• **WHAT THE TASK ASKS**:
Starting at the line that contains "#18=AXIS2_PLACEMENT_3D('',#15,#16,#17);" and ending at the line that contains "#36=AXIS2_PLACEMENT_3D('',#33,#34,#35);", the lines below are to be given again exactly, with nothing added.

[Data entries]
*** Block opens ***

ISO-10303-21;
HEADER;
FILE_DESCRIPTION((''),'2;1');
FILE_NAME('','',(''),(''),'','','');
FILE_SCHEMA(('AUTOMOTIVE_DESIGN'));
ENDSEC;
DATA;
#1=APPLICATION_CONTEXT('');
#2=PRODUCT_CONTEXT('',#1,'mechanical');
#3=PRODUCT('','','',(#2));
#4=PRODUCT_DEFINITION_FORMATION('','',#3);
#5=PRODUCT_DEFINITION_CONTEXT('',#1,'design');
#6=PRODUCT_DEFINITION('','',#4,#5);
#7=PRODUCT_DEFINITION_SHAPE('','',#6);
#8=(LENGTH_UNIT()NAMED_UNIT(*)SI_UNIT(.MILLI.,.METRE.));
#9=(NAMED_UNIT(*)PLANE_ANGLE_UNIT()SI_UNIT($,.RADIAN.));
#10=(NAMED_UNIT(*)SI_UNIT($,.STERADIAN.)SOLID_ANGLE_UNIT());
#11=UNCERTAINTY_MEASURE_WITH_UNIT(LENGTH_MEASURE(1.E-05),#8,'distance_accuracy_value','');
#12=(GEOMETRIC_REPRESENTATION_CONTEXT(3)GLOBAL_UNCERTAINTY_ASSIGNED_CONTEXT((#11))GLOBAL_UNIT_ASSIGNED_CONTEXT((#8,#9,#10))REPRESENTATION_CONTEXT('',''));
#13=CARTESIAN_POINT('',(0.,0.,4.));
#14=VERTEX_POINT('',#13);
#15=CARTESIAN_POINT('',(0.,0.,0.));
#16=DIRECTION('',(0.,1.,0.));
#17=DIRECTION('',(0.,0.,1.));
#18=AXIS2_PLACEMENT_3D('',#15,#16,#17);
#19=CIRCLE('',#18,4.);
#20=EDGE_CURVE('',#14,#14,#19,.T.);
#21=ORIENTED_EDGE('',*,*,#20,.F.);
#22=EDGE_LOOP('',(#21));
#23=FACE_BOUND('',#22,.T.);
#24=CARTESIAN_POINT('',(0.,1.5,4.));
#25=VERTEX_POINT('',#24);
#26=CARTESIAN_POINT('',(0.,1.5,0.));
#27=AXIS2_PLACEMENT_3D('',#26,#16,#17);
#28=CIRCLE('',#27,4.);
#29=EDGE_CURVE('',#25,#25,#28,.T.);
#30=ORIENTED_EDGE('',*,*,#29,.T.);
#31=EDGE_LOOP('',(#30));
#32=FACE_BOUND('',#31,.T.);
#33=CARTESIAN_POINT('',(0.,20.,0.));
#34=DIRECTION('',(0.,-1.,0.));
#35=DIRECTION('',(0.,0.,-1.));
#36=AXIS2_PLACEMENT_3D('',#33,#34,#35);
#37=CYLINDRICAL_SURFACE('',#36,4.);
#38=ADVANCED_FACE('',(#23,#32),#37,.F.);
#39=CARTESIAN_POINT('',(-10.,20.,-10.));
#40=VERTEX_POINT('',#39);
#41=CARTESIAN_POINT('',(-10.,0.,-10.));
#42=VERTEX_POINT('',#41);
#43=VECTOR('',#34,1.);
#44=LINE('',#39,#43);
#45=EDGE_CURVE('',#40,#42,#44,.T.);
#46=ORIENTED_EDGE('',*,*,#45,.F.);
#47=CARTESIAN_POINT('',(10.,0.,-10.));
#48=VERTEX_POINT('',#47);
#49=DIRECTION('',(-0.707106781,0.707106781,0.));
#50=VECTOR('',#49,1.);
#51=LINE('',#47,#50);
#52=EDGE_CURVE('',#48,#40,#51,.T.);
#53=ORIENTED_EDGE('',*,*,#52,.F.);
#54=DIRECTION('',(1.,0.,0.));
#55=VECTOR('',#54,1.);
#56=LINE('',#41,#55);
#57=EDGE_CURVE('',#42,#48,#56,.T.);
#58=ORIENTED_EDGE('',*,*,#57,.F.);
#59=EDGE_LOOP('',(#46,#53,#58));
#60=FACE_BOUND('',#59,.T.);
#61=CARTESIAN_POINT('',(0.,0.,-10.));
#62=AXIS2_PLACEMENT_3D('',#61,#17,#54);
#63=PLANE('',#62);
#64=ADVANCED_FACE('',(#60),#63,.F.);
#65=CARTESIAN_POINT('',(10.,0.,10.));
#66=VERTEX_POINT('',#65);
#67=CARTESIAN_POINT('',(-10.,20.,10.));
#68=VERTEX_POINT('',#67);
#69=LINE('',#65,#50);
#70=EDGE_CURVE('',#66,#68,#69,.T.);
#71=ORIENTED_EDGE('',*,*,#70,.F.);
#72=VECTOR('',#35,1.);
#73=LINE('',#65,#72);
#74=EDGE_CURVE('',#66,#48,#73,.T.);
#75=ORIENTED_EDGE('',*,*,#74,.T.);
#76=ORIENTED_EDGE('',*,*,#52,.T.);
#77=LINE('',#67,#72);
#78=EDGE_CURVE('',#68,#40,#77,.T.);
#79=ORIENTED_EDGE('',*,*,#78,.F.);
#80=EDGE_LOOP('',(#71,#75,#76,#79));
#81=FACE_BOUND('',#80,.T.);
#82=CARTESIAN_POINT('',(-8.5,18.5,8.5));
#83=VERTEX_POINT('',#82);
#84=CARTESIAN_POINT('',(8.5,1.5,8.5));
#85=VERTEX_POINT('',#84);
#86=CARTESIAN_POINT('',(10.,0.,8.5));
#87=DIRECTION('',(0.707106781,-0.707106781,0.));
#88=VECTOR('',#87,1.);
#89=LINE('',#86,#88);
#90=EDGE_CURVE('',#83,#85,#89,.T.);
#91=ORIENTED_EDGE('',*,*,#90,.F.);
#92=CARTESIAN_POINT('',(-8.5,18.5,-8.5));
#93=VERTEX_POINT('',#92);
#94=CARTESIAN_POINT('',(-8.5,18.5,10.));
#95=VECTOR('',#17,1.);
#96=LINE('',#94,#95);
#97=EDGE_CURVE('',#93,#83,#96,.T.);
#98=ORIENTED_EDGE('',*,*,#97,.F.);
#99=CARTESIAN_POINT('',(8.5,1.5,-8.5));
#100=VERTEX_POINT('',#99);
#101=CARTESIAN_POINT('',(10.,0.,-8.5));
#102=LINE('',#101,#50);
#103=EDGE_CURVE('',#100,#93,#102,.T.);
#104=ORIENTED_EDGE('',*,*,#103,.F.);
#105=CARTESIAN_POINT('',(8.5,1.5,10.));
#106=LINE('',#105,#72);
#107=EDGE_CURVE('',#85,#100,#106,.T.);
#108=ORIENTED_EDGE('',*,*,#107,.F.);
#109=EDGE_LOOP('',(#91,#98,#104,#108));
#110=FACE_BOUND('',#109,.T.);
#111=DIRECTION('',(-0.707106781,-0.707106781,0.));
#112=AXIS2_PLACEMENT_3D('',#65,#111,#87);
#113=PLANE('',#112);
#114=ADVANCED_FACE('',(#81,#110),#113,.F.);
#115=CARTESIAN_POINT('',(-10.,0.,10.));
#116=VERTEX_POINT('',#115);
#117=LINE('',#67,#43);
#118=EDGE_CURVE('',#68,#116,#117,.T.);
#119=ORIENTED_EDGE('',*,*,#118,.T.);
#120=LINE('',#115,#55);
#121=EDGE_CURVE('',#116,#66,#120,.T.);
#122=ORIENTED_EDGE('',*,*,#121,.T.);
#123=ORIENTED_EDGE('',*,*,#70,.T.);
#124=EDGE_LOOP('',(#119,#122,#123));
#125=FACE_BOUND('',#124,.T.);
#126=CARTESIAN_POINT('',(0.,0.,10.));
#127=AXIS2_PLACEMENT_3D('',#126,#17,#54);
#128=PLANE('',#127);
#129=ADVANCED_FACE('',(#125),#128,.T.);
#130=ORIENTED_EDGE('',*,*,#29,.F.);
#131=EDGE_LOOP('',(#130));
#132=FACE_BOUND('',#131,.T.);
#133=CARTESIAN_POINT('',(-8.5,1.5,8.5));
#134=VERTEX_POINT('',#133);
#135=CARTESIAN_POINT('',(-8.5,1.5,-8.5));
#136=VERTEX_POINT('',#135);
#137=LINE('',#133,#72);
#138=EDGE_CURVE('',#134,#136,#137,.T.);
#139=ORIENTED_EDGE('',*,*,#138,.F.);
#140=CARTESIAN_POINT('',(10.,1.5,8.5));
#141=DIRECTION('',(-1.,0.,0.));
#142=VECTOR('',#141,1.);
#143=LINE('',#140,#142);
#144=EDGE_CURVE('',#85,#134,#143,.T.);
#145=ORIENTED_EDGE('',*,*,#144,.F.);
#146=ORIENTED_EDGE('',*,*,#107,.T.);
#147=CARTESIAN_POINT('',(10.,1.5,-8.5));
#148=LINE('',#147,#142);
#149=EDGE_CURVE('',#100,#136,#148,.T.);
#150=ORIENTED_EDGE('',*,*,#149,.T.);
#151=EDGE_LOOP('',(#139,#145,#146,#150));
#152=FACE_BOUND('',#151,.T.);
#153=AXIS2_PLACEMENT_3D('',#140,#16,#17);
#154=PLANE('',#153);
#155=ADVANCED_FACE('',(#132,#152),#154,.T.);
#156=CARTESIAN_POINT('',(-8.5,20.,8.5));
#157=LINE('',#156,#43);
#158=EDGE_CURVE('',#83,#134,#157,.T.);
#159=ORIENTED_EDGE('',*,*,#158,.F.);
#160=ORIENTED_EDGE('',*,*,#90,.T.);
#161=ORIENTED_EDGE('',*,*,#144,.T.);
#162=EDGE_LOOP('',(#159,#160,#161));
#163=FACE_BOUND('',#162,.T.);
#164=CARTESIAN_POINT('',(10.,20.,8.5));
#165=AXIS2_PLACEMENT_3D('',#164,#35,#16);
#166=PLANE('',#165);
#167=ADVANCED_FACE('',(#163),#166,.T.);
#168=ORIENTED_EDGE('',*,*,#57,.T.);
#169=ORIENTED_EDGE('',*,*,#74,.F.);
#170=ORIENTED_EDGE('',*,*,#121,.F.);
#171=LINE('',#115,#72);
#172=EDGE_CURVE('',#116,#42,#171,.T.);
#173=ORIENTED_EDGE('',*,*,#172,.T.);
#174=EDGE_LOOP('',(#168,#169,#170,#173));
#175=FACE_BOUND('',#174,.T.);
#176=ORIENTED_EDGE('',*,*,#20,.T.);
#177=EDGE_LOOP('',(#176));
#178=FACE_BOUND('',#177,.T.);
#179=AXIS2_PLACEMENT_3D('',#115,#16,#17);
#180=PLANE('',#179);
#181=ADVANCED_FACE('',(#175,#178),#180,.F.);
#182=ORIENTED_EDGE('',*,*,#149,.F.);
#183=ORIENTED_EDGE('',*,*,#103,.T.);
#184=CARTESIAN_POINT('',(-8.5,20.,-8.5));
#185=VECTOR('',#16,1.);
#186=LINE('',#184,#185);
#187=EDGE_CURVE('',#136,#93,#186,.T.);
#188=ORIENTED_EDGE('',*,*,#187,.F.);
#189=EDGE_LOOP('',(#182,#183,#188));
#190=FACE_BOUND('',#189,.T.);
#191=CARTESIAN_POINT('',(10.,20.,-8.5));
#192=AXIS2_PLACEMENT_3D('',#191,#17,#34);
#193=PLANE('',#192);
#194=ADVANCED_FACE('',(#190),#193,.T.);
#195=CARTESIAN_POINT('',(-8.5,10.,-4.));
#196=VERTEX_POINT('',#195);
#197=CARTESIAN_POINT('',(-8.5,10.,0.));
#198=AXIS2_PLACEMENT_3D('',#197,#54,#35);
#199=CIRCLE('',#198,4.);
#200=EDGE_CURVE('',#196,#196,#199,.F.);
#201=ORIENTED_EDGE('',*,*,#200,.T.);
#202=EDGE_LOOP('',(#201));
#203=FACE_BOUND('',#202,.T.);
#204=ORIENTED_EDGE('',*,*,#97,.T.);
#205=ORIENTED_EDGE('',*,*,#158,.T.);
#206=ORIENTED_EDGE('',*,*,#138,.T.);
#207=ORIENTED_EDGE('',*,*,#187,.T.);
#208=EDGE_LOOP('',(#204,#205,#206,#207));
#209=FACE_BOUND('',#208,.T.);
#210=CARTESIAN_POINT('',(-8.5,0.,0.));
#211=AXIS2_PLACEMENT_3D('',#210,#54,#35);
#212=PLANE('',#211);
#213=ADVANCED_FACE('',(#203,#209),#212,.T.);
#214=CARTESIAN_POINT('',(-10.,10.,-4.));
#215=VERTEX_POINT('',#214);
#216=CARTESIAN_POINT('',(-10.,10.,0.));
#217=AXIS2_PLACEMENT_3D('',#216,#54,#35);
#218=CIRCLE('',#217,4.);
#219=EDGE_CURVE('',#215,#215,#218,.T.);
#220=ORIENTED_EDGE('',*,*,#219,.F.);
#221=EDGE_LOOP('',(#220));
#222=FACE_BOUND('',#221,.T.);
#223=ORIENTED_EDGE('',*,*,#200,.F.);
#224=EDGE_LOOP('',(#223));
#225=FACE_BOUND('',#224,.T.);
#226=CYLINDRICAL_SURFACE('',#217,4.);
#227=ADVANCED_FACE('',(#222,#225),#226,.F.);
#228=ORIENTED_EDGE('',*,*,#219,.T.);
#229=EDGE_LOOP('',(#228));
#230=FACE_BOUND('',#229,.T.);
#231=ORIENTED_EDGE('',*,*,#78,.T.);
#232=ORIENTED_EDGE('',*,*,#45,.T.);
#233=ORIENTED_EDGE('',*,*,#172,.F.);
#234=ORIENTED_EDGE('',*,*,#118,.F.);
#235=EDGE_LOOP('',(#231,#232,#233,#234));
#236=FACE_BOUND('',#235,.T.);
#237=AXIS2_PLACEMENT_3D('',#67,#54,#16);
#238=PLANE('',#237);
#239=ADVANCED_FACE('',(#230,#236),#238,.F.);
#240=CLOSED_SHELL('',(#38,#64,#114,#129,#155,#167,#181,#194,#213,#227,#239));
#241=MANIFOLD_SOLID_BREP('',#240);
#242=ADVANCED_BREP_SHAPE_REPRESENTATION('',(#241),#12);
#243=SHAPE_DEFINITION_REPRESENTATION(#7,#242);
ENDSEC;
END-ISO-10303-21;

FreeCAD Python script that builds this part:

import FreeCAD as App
import Part
import Sketcher
Q = App.Units.Quantity

doc = App.newDocument("Part")
body = doc.addObject("PartDesign::Body", "Body")

# Sketch on XY plane
sketch1 = body.newObject("Sketcher::SketchObject", "Sketch")
sketch1.AttachmentSupport = (doc.getObject("XY_Plane"), [""])
sketch1.MapMode = "FlatFace"
sketch1.addGeometry(Part.LineSegment(App.Vector(-10, 0, 0), App.Vector(10, 0, 0)), False)
sketch1.addGeometry(Part.LineSegment(App.Vector(10, 0, 0), App.Vector(-10, 20, 0)), False)
sketch1.addGeometry(Part.LineSegment(App.Vector(-10, 20, 0), App.Vector(-10, 0, 0)), False)
sketch1.addConstraint(Sketcher.Constraint("Coincident", 0, 2, 1, 1))
sketch1.addConstraint(Sketcher.Constraint("Coincident", 1, 2, 2, 1))
sketch1.addConstraint(Sketcher.Constraint("Coincident", 2, 2, 0, 1))
sketch1.addConstraint(Sketcher.Constraint("Horizontal", 0))
sketch1.addConstraint(Sketcher.Constraint("Vertical", 2))
sketch1.addConstraint(Sketcher.Constraint("Symmetric", 0, 2, 2, 2, -1, 1))
sketch1.addConstraint(Sketcher.Constraint("Equal", 0, 2))
sketch1.addConstraint(Sketcher.Constraint("DistanceX", 0, 1, 0, 2, Q("20 mm")))
pad1 = body.newObject("PartDesign::Pad", "Pad")
pad1.Profile = sketch1
pad1.Length = 20
pad1.Midplane = True

# Sketch on XZ plane
sketch2 = body.newObject("Sketcher::SketchObject", "Sketch001")
sketch2.AttachmentSupport = (doc.getObject("XZ_Plane"), [""])
sketch2.MapMode = "FlatFace"
sketch2.addGeometry(Part.Circle(App.Vector(0, 0, 0), App.Vector(0, 0, 1), 4), False)
sketch2.addConstraint(Sketcher.Constraint("Coincident", 0, 3, -1, 1))
sketch2.addConstraint(Sketcher.Constraint("Diameter", 0, Q("8 mm")))
pocket1 = body.newObject("PartDesign::Pocket", "Pocket")
pocket1.Profile = sketch2
pocket1.Length = 20

# Sketch on YZ plane
sketch3 = body.newObject("Sketcher::SketchObject", "Sketch002")
sketch3.AttachmentSupport = (doc.getObject("YZ_Plane"), [""])
sketch3.MapMode = "FlatFace"
sketch3.addGeometry(Part.Circle(App.Vector(10, 0, 0), App.Vector(0, 0, 1), 4), False)
sketch3.addConstraint(Sketcher.Constraint("PointOnObject", 0, 3, -1))
sketch3.addConstraint(Sketcher.Constraint("Diameter", 0, Q("8 mm")))
sketch3.addConstraint(Sketcher.Constraint("DistanceX", -1, 1, 0, 3, Q("10 mm")))
pocket2 = body.newObject("PartDesign::Pocket", "Pocket001")
pocket2.Profile = sketch3
pocket2.Length = 20
pocket2.Midplane = True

*** Block closes ***

• **RESPONSE FOR THIS EXERCISE**:
#18=AXIS2_PLACEMENT_3D('',#15,#16,#17);
#19=CIRCLE('',#18,4.);
#20=EDGE_CURVE('',#14,#14,#19,.T.);
#21=ORIENTED_EDGE('',*,*,#20,.F.);
#22=EDGE_LOOP('',(#21));
#23=FACE_BOUND('',#22,.T.);
#24=CARTESIAN_POINT('',(0.,1.5,4.));
#25=VERTEX_POINT('',#24);
#26=CARTESIAN_POINT('',(0.,1.5,0.));
#27=AXIS2_PLACEMENT_3D('',#26,#16,#17);
#28=CIRCLE('',#27,4.);
#29=EDGE_CURVE('',#25,#25,#28,.T.);
#30=ORIENTED_EDGE('',*,*,#29,.T.);
#31=EDGE_LOOP('',(#30));
#32=FACE_BOUND('',#31,.T.);
#33=CARTESIAN_POINT('',(0.,20.,0.));
#34=DIRECTION('',(0.,-1.,0.));
#35=DIRECTION('',(0.,0.,-1.));
#36=AXIS2_PLACEMENT_3D('',#33,#34,#35);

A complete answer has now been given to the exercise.